You know, if somebody in this country breaks, has some sort of a problem, oh, we have all kinds of compassion for them, we understand the hard rigors and the pressures of life in America, and we make all kinds of allowances for the mistakes that people make. But here we go on the military, nobody is allowed a mistake in the military, nobody is. It’s got to be by the book at all times, and if it’s not, why, there’s a systemic problem. Look, I’m not really playing devil’s advocate here. I’m being quite honest with you about this. I’m just totally uncomfortable with the total blow-up of this to something that it is not. It’s bad enough as it is, without having to blow it up into something that’s going to tie our hands and hamper us in the effort that we’re engaging in over there. They had a good time doing it. Okay, then let’s, what do we do, what’s the additional punishment for having a good time doing this? Life imprisonment, is that good enough for having a good time? Let’s get really tough with these people. It’s bad enough what they did, but they enjoyed it, let’s give them five more years or whatever we’re going to do to them, or maybe deny them — whatever we do, that will make us feel better, right?

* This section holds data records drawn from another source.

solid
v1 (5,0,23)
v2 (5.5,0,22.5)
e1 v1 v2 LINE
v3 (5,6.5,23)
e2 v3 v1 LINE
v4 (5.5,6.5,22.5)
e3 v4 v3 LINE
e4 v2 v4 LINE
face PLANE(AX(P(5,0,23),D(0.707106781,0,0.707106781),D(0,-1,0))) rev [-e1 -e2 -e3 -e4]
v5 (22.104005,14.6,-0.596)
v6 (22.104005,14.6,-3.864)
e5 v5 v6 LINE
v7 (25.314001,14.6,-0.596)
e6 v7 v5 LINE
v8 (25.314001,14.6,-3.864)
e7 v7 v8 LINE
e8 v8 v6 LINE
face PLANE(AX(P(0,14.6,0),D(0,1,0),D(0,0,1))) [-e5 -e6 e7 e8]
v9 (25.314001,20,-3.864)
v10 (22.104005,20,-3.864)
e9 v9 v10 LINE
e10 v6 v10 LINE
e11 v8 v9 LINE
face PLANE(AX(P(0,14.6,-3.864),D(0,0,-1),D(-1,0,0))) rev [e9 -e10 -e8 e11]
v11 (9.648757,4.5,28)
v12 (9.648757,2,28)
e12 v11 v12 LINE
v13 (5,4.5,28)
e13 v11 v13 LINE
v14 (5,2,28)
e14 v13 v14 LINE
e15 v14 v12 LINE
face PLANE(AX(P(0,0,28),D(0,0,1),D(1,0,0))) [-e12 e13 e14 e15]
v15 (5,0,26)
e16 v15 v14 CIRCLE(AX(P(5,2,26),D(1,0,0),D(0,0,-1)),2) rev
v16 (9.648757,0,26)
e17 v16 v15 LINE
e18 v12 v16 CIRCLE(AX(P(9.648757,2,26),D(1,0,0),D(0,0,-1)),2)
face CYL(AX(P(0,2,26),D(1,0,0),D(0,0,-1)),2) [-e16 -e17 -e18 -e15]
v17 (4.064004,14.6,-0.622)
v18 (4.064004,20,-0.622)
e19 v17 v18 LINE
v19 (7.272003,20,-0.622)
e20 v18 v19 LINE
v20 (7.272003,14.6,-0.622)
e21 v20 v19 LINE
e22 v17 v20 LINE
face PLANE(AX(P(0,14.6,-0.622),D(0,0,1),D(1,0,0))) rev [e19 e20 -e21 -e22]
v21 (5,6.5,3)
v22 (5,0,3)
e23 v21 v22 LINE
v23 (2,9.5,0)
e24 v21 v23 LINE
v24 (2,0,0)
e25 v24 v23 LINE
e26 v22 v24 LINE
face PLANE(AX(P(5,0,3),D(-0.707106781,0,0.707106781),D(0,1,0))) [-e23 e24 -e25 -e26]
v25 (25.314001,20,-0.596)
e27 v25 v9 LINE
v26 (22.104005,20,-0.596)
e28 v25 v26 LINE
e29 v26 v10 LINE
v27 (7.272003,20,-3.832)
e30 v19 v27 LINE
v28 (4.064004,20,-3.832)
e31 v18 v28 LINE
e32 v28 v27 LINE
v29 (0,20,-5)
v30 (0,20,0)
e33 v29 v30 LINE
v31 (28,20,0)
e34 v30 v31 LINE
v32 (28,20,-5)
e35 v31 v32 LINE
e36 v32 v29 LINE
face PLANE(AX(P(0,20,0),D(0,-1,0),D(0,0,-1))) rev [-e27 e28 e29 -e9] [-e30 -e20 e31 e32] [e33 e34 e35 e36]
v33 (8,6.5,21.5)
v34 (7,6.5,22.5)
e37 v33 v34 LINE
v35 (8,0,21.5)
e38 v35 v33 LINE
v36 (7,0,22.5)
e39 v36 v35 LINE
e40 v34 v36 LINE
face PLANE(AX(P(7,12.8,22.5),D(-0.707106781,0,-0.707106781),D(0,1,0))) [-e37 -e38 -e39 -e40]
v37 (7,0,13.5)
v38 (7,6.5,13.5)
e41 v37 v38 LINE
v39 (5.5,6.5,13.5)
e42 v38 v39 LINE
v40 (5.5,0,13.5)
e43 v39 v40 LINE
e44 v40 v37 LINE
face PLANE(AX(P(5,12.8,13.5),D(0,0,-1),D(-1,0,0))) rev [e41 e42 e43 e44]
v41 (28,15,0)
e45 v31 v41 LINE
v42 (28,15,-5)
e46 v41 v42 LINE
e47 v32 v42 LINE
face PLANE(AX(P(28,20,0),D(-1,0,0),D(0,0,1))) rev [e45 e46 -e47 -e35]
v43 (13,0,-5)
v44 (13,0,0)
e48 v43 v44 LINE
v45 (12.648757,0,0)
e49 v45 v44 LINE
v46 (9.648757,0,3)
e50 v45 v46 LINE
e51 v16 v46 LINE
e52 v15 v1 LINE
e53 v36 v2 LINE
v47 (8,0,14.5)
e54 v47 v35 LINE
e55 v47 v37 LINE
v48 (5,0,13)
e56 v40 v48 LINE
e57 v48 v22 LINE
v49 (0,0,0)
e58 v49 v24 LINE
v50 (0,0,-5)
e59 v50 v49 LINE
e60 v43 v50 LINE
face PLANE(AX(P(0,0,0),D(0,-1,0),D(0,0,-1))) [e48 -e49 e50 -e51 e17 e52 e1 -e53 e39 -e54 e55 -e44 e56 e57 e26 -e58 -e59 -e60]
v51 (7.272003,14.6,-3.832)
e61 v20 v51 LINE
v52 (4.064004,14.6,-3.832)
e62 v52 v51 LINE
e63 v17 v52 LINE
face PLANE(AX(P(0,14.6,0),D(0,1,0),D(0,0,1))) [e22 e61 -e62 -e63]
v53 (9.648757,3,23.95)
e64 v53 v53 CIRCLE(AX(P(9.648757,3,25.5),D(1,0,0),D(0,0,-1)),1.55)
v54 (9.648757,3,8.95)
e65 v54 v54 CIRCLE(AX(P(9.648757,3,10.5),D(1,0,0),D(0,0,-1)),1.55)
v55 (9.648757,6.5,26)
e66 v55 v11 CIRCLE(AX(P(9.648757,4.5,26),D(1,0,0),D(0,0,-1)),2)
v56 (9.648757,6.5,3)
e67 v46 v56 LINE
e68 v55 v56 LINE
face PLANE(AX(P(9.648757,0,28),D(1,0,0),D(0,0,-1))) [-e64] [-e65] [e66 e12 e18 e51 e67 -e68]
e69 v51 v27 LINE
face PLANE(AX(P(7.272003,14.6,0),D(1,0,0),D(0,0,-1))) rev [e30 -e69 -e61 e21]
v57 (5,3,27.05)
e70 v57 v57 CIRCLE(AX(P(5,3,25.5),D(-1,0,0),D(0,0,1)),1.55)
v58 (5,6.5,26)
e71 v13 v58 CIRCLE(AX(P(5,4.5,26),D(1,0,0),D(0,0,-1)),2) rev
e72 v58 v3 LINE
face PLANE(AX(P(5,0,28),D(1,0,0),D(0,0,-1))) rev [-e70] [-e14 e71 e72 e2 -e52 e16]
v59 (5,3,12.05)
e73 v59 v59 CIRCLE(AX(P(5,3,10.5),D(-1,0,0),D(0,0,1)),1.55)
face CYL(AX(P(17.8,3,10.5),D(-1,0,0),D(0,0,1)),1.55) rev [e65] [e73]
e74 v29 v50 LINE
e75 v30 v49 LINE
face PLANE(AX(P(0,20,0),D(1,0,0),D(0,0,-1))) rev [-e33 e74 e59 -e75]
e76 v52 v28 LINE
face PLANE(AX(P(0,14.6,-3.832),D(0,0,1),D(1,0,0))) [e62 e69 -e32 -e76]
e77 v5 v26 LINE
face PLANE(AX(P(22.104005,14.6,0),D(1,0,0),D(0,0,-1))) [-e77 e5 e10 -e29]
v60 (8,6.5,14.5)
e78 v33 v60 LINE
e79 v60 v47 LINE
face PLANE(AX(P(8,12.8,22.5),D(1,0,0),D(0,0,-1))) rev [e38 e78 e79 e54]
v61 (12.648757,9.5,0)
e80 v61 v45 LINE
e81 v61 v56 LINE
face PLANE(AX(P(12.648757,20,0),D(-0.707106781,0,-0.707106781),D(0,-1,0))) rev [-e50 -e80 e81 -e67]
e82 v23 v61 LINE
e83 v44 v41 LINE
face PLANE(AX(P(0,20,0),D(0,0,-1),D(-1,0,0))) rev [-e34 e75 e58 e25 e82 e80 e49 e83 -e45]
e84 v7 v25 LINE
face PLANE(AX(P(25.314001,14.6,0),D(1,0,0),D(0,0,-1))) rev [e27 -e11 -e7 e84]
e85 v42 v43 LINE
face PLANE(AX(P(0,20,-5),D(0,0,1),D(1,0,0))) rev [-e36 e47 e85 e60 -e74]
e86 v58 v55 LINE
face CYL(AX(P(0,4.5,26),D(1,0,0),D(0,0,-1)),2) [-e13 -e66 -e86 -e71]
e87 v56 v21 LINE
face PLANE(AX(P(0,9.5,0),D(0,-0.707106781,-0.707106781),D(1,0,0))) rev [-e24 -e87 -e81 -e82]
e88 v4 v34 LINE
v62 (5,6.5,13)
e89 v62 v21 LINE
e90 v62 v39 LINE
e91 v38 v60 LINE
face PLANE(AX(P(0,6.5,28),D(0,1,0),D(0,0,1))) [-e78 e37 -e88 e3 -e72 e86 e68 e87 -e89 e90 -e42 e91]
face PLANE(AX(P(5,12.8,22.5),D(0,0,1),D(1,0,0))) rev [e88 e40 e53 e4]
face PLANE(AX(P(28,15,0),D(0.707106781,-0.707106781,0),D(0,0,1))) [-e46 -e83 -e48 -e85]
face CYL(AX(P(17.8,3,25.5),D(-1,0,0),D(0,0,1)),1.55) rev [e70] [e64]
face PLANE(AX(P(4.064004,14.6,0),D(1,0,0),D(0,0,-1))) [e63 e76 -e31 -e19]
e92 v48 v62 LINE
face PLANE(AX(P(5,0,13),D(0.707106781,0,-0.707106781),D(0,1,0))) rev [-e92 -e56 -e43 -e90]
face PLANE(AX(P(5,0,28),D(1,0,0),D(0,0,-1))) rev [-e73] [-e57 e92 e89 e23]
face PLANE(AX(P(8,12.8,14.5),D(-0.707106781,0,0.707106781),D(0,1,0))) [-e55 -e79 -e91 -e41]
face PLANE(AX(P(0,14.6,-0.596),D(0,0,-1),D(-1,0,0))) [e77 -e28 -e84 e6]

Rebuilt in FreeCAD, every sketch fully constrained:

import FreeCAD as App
import Part
import Sketcher

V = App.Vector
Q = App.Units.Quantity


def edges_at(feature, points):
    """Names of the edges that pass closest to the given points."""
    edges = feature.Shape.Edges
    near = lambda p: min(range(len(edges)), key=lambda i: edges[i].distToShape(Part.Vertex(*p))[0])
    return sorted({f"Edge{near(p) + 1}" for p in points})


def add_polygon(sketch, points):
    """Adds a closed chain of lines whose ends are joined by coincident constraints."""
    first, n = sketch.GeometryCount, len(points)
    for a, b in zip(points, points[1:] + points[:1]):
        sketch.addGeometry(Part.LineSegment(App.Vector(*a, 0), App.Vector(*b, 0)), False)
    for i in range(n):
        sketch.addConstraint(Sketcher.Constraint("Coincident", first + i, 2, first + (i + 1) % n, 1))

doc = App.newDocument("Part")
body = doc.addObject("PartDesign::Body", "Body")

# Sketch on XZ plane
sketch1 = body.newObject("Sketcher::SketchObject", "Sketch")
sketch1.AttachmentSupport = (doc.getObject("XZ_Plane"), [""])
sketch1.MapMode = "FlatFace"
add_polygon(sketch1, [(0, -5), (0, 0), (28, 0), (28, -5)])  # lines 0-3
sketch1.addConstraint([
    Sketcher.Constraint("Vertical", 0),
    Sketcher.Constraint("Horizontal", 1),
    Sketcher.Constraint("Vertical", 2),
    Sketcher.Constraint("Horizontal", 3),
    Sketcher.Constraint("Coincident", 0, 2, -1, 1),
    Sketcher.Constraint("DistanceX", 1, 1, 1, 2, Q("28 mm")),
    Sketcher.Constraint("DistanceY", 0, 1, 0, 2, Q("5 mm")),
])
pad1 = body.newObject("PartDesign::Pad", "Pad")
pad1.Profile = sketch1
pad1.Length = 20
pad1.Reversed = True
doc.recompute()

chamfer = body.newObject("PartDesign::Chamfer", "Chamfer")
chamfer.Base = (pad1, edges_at(pad1, [(28, 0, -2.5)]))
chamfer.Size = 15

# Sketch on XY plane
sketch2 = body.newObject("Sketcher::SketchObject", "Sketch001")
sketch2.AttachmentSupport = (doc.getObject("XY_Plane"), [""])
sketch2.MapMode = "FlatFace"
add_polygon(sketch2, [(9.6, 6.5), (5, 6.5), (5, 0), (9.6, 0)])  # lines 0-3
sketch2.addConstraint([
    Sketcher.Constraint("Horizontal", 0),
    Sketcher.Constraint("Vertical", 1),
    Sketcher.Constraint("Horizontal", 2),
    Sketcher.Constraint("Vertical", 3),
    Sketcher.Constraint("PointOnObject", 1, 2, -1),
    Sketcher.Constraint("DistanceY", 1, 2, 1, 1, Q("6.5 mm")),
    Sketcher.Constraint("DistanceX", -1, 1, 0, 2, Q("5 mm")),
    Sketcher.Constraint("DistanceX", 0, 2, 0, 1, Q("4.648757 mm")),
])
pad2 = body.newObject("PartDesign::Pad", "Pad001")
pad2.Profile = sketch2
pad2.Length = 28

# Sketch on XZ plane
sketch3 = body.newObject("Sketcher::SketchObject", "Sketch002")
sketch3.AttachmentSupport = (doc.getObject("XZ_Plane"), [""])
sketch3.MapMode = "FlatFace"
add_polygon(sketch3, [(5, 22.5), (5, 13.5), (8, 13.5), (8, 22.5)])  # lines 0-3
sketch3.addConstraint([
    Sketcher.Constraint("Vertical", 0),
    Sketcher.Constraint("Horizontal", 1),
    Sketcher.Constraint("Vertical", 2),
    Sketcher.Constraint("Horizontal", 3),
    Sketcher.Constraint("DistanceX", 1, 1, 1, 2, Q("3 mm")),
    Sketcher.Constraint("DistanceY", 0, 2, 0, 1, Q("9 mm")),
    Sketcher.Constraint("DistanceX", -1, 1, 0, 2, Q("5 mm")),
    Sketcher.Constraint("DistanceY", -1, 1, 0, 2, Q("13.5 mm")),
])
pocket1 = body.newObject("PartDesign::Pocket", "Pocket")
pocket1.Profile = sketch3
pocket1.Length = 12.8
doc.recompute()

chamfer2 = body.newObject("PartDesign::Chamfer", "Chamfer001")
chamfer2.Base = (pocket1, edges_at(pocket1, [(8, 3.25, 22.5), (8, 3.25, 13.5)]))
chamfer2.Size = 1
doc.recompute()

fillet = body.newObject("PartDesign::Fillet", "Fillet")
fillet.Base = (chamfer2, edges_at(chamfer2, [(7.324, 6.5, 28), (7.324, 0, 28)]))
fillet.Radius = 2
doc.recompute()

chamfer3 = body.newObject("PartDesign::Chamfer", "Chamfer002")
chamfer3.Base = (fillet, edges_at(fillet, [(5, 3.25, 13.5), (5, 3.25, 22.5)]))
chamfer3.Size = 0.5

# Sketch on YZ plane
sketch4 = body.newObject("Sketcher::SketchObject", "Sketch003")
sketch4.AttachmentSupport = (doc.getObject("YZ_Plane"), [""])
sketch4.MapMode = "FlatFace"
sketch4.AttachmentOffset = App.Placement(V(0, 0, 5), App.Rotation())
sketch4.addGeometry([
    Part.Circle(V(3, 25.5, 0), V(0, 0, 1), 1.6),
    Part.Circle(V(3, 10.5, 0), V(0, 0, 1), 1.6),
], False)
sketch4.addConstraint([
    Sketcher.Constraint("Equal", 0, 1),
    Sketcher.Constraint("Vertical", 0, 3, 1, 3),
    Sketcher.Constraint("Diameter", 0, Q("3.1 mm")),
    Sketcher.Constraint("DistanceX", -1, 1, 0, 3, Q("3 mm")),
    Sketcher.Constraint("DistanceY", 1, 3, 0, 3, Q("15 mm")),
    Sketcher.Constraint("DistanceY", -1, 1, 0, 3, Q("25.5 mm")),
])
pocket2 = body.newObject("PartDesign::Pocket", "Pocket001")
pocket2.Profile = sketch4
pocket2.Length = 12.8
pocket2.Reversed = True
doc.recompute()

chamfer4 = body.newObject("PartDesign::Chamfer", "Chamfer003")
chamfer4.Base = (pocket2, edges_at(pocket2, [(5, 3.25, 0), (9.649, 3.25, 0)]))
chamfer4.Size = 3
doc.recompute()

chamfer5 = body.newObject("PartDesign::Chamfer", "Chamfer004")
chamfer5.Base = (chamfer4, edges_at(chamfer4, [(7.324, 6.5, 0)]))
chamfer5.Size = 3

# Sketch on XZ plane
sketch5 = body.newObject("Sketcher::SketchObject", "Sketch004")
sketch5.AttachmentSupport = (doc.getObject("XZ_Plane"), [""])
sketch5.MapMode = "FlatFace"
sketch5.AttachmentOffset = App.Placement(V(0, 0, -20), App.Rotation())
add_polygon(sketch5, [(4.1, -3.8), (4.1, -0.6), (7.3, -0.6), (7.3, -3.8)])  # lines 0-3
add_polygon(sketch5, [(22.1, -3.9), (22.1, -0.6), (25.3, -0.6), (25.3, -3.9)])  # lines 4-7
sketch5.addConstraint([
    Sketcher.Constraint("Vertical", 0),
    Sketcher.Constraint("Horizontal", 1),
    Sketcher.Constraint("Vertical", 2),
    Sketcher.Constraint("Horizontal", 3),
    Sketcher.Constraint("Vertical", 4),
    Sketcher.Constraint("Horizontal", 5),
    Sketcher.Constraint("Vertical", 6),
    Sketcher.Constraint("Horizontal", 7),
    Sketcher.Constraint("DistanceY", 0, 1, 0, 2, Q("3.21 mm")),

It’s all about us. It’s all about us feeling better about what we’re seeing. We’re not even there. We don’t even know what it’s like. 99% of us have no idea what their lives are like. We feel bad because they’re enjoying what we see in a picture and we want to really let them have it. This sucks, folks. This really, really is getting out of hand. It’s not about us. And this whole self-absorption with us, why, that makes me look bad. It doesn’t make you look bad. You didn’t do it. No, it makes ugly American — you’re not an ugly American, we’re not ugly Americans. Screw all this. Stop making everything about us. Some people did something that was wrong. Fini. It’s over. Fix it. Move on.